The old revolutionary wants at last to settle down, to have a cup of tea by the fireplace with his camel hair slippers. Allan is a writer.

"When you wrote something good it was after those awful days, it was in China..."

"I guess you now devote yourself to writing rose-colored novels."
"I will write no more. So far I have only terrible trials, bitterness and resentment poured into the paper."

"Now comes María, the serious one."

Allan and Mildred are Americans. Maria is Mexican and older than Mildred. She is Allan's long time companion.

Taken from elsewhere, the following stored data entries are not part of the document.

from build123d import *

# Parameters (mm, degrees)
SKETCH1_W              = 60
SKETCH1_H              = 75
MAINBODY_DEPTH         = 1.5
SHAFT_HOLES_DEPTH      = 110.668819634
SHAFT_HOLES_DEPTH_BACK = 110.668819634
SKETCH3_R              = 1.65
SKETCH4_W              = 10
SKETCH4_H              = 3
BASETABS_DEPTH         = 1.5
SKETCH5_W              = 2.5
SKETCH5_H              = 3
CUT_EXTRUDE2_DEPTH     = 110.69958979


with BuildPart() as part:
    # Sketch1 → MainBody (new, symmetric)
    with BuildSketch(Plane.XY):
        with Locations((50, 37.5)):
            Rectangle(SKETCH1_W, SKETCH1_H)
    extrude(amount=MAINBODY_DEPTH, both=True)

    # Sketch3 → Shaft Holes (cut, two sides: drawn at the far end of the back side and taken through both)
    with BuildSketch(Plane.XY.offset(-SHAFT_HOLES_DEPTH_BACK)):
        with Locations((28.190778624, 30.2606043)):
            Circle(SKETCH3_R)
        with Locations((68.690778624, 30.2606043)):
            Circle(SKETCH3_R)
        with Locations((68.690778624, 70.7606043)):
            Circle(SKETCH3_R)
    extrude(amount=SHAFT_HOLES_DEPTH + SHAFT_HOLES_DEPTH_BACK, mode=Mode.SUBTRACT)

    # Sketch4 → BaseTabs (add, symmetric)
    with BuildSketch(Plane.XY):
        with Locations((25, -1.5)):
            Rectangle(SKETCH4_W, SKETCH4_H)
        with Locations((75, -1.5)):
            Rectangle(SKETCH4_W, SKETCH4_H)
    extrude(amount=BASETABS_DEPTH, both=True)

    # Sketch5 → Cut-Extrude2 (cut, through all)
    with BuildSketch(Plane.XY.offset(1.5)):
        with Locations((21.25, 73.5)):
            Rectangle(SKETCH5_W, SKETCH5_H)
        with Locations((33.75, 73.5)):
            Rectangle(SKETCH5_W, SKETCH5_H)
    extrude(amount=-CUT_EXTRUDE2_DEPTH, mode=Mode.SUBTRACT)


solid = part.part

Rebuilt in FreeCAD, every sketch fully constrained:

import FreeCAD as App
import Part
import Sketcher

V = App.Vector
Q = App.Units.Quantity


def add_polygon(sketch, points):
    """Adds a closed chain of lines whose ends are joined by coincident constraints."""
    first, n = sketch.GeometryCount, len(points)
    for a, b in zip(points, points[1:] + points[:1]):
        sketch.addGeometry(Part.LineSegment(App.Vector(*a, 0), App.Vector(*b, 0)), False)
    for i in range(n):
        sketch.addConstraint(Sketcher.Constraint("Coincident", first + i, 2, first + (i + 1) % n, 1))

doc = App.newDocument("Part")
params = doc.addObject("Spreadsheet::Sheet", "Params")
for row, (alias, value) in enumerate([
    ("sketch1_width", "60 mm"),
    ("sketch1_height", "75 mm"),
    ("pad1_length", "3 mm"),
    ("sketch2_diameter", "3.3 mm"),
    ("sketch3_width", "10 mm"),
    ("sketch3_height", "3 mm"),
    ("pad2_length", "3 mm"),
    ("sketch4_height", "3 mm"),
    ("sketch4_width", "2.5 mm"),
], start=1):
    params.set(f"A{row}", alias)
    params.set(f"B{row}", "=" + value)
    params.setAlias(f"B{row}", alias)

body = doc.addObject("PartDesign::Body", "Body")

# Sketch on XY plane
sketch1 = body.newObject("Sketcher::SketchObject", "Sketch")
sketch1.AttachmentSupport = (doc.getObject("XY_Plane"), [""])
sketch1.MapMode = "FlatFace"
add_polygon(sketch1, [(20, 75), (20, 0), (80, 0), (80, 75)])  # lines 0-3
sketch1.addConstraint([
    Sketcher.Constraint("Vertical", 0),
    Sketcher.Constraint("Horizontal", 1),
    Sketcher.Constraint("Vertical", 2),
    Sketcher.Constraint("Horizontal", 3),
    Sketcher.Constraint("PointOnObject", 0, 2, -1),
    Sketcher.Constraint("DistanceX", 1, 1, 1, 2, Q("60 mm")),
    Sketcher.Constraint("DistanceY", 0, 2, 0, 1, Q("75 mm")),
    Sketcher.Constraint("DistanceX", -1, 1, 0, 2, Q("20 mm")),
])
sketch1.setExpression("Constraints[9]", "Params.sketch1_width")
sketch1.setExpression("Constraints[10]", "Params.sketch1_height")
pad1 = body.newObject("PartDesign::Pad", "Pad")
pad1.Profile = sketch1
pad1.setExpression("Length", "Params.pad1_length")
pad1.Midplane = True

# Sketch on XY plane
sketch2 = body.newObject("Sketcher::SketchObject", "Sketch001")
sketch2.AttachmentSupport = (doc.getObject("XY_Plane"), [""])
sketch2.MapMode = "FlatFace"
sketch2.addGeometry([
    Part.Circle(V(28.2, 30.3, 0), V(0, 0, 1), 1.6),
    Part.Circle(V(68.7, 30.3, 0), V(0, 0, 1), 1.6),
    Part.Circle(V(68.7, 70.8, 0), V(0, 0, 1), 1.6),
], False)
sketch2.addConstraint([
    Sketcher.Constraint("Equal", 0, 1),
    Sketcher.Constraint("Equal", 1, 2),
    Sketcher.Constraint("Horizontal", 0, 3, 1, 3),
    Sketcher.Constraint("Vertical", 1, 3, 2, 3),
    Sketcher.Constraint("Diameter", 0, Q("3.3 mm")),
    Sketcher.Constraint("DistanceX", 0, 3, 1, 3, Q("40.5 mm")),
    Sketcher.Constraint("DistanceY", 1, 3, 2, 3, Q("40.5 mm")),
    Sketcher.Constraint("DistanceX", -1, 1, 0, 3, Q("28.190779 mm")),
    Sketcher.Constraint("DistanceY", -1, 1, 0, 3, Q("30.260604 mm")),
])
sketch2.setExpression("Constraints[4]", "Params.sketch2_diameter")
pocket1 = body.newObject("PartDesign::Pocket", "Pocket")
pocket1.Profile = sketch2
pocket1.Type = "ThroughAll"
pocket1.Midplane = True

# Sketch on XY plane
sketch3 = body.newObject("Sketcher::SketchObject", "Sketch002")
sketch3.AttachmentSupport = (doc.getObject("XY_Plane"), [""])
sketch3.MapMode = "FlatFace"
add_polygon(sketch3, [(20, 0), (20, -3), (30, -3), (30, 0)])  # lines 0-3
add_polygon(sketch3, [(70, 0), (70, -3), (80, -3), (80, 0)])  # lines 4-7
sketch3.addConstraint([
    Sketcher.Constraint("Vertical", 0),
    Sketcher.Constraint("Horizontal", 1),
    Sketcher.Constraint("Vertical", 2),
    Sketcher.Constraint("Horizontal", 3),
    Sketcher.Constraint("Vertical", 4),
    Sketcher.Constraint("Horizontal", 5),
    Sketcher.Constraint("Vertical", 6),
    Sketcher.Constraint("Horizontal", 7),
    Sketcher.Constraint("PointOnObject", 2, 2, -1),
    Sketcher.Constraint("PointOnObject", 6, 2, -1),
    Sketcher.Constraint("Horizontal", 1, 2, 4, 2),
    Sketcher.Constraint("Equal", 3, 5),
    Sketcher.Constraint("DistanceX", 1, 1, 1, 2, Q("10 mm")),
    Sketcher.Constraint("DistanceY", 0, 2, 0, 1, Q("3 mm")),
    Sketcher.Constraint("DistanceX", -1, 1, 0, 2, Q("20 mm")),
    Sketcher.Constraint("DistanceX", -1, 1, 4, 2, Q("70 mm")),
])
sketch3.setExpression("Constraints[20]", "Params.sketch3_width")
sketch3.setExpression("Constraints[21]", "Params.sketch3_height")
pad2 = body.newObject("PartDesign::Pad", "Pad001")
pad2.Profile = sketch3
pad2.setExpression("Length", "Params.pad2_length")
pad2.Midplane = True

# Sketch on XY plane
sketch4 = body.newObject("Sketcher::SketchObject", "Sketch003")
sketch4.AttachmentSupport = (doc.getObject("XY_Plane"), [""])
sketch4.MapMode = "FlatFace"
sketch4.AttachmentOffset = App.Placement(V(0, 0, 1.5), App.Rotation())
add_polygon(sketch4, [(20, 75), (20, 72), (22.5, 72), (22.5, 75)])  # lines 0-3
add_polygon(sketch4, [(32.5, 75), (32.5, 72), (35, 72), (35, 75)])  # lines 4-7
sketch4.addConstraint([
    Sketcher.Constraint("Vertical", 0),
    Sketcher.Constraint("Horizontal", 1),
    Sketcher.Constraint("Vertical", 2),
    Sketcher.Constraint("Horizontal", 3),
    Sketcher.Constraint("Vertical", 4),
    Sketcher.Constraint("Horizontal", 5),
    Sketcher.Constraint("Vertical", 6),
    Sketcher.Constraint("Horizontal", 7),
    Sketcher.Constraint("Horizontal", 1, 2, 4, 2),
    Sketcher.Constraint("Horizontal", 3, 2, 6, 2),
    Sketcher.Constraint("Equal", 3, 5),
    Sketcher.Constraint("DistanceY", 0, 2, 0, 1, Q("3 mm")),
    Sketcher.Constraint("DistanceX", 1, 1, 1, 2, Q("2.5 mm")),
    Sketcher.Constraint("DistanceX", -1, 1, 0, 2, Q("20 mm")),
    Sketcher.Constraint("DistanceY", -1, 1, 0, 2, Q("72 mm")),
    Sketcher.Constraint("DistanceX", -1, 1, 5, 2, Q("35 mm")),
])
sketch4.setExpression("Constraints[19]", "Params.sketch4_height")
sketch4.setExpression("Constraints[20]", "Params.sketch4_width")
pocket2 = body.newObject("PartDesign::Pocket", "Pocket001")
pocket2.Profile = sketch4
pocket2.Type = "ThroughAll"

doc.recompute()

Traven had a Maria. Her name was Maria de la Luz Martinez. She lived with him in Oaxaca. She was his business agent. She was probably his wife. For all the attention the writers have focused on Traven's life, they have not seemed very curious what his relationship was with Maria de la Luz Martinez.

In Esperanza's story, Allan's affection is for Mildred. He promises her white dresses and flowers in her hair. Mildred says she has bought little porcelains. Many years later Esperanza mentions her love of little porcelains.

But Allan is very sick. Many hours pass, and it is Maria who is caring for him, and warning him, he is sick, the hour is coming, and Mildred will not be able to handle it.

Why must you remain here, listening to wailing, Allan asks of Maria,

Maria - I would always be by your side, don't you understand? Your pain is my essence; I don't know how to smile, but look at my eyes, they are transparent, they will guide you toward what is now unavailable.
Allan -I love Mildred, I only want to look at myself in her blue and calm eyes. I want to live!
Maria - You have already lived.
Allan - No. It has been a paradox: to live dying, the dead soul, the body plagued by fever and hunger. In Saigón, in China, we worked among thousands…
Maria - Then you wrote...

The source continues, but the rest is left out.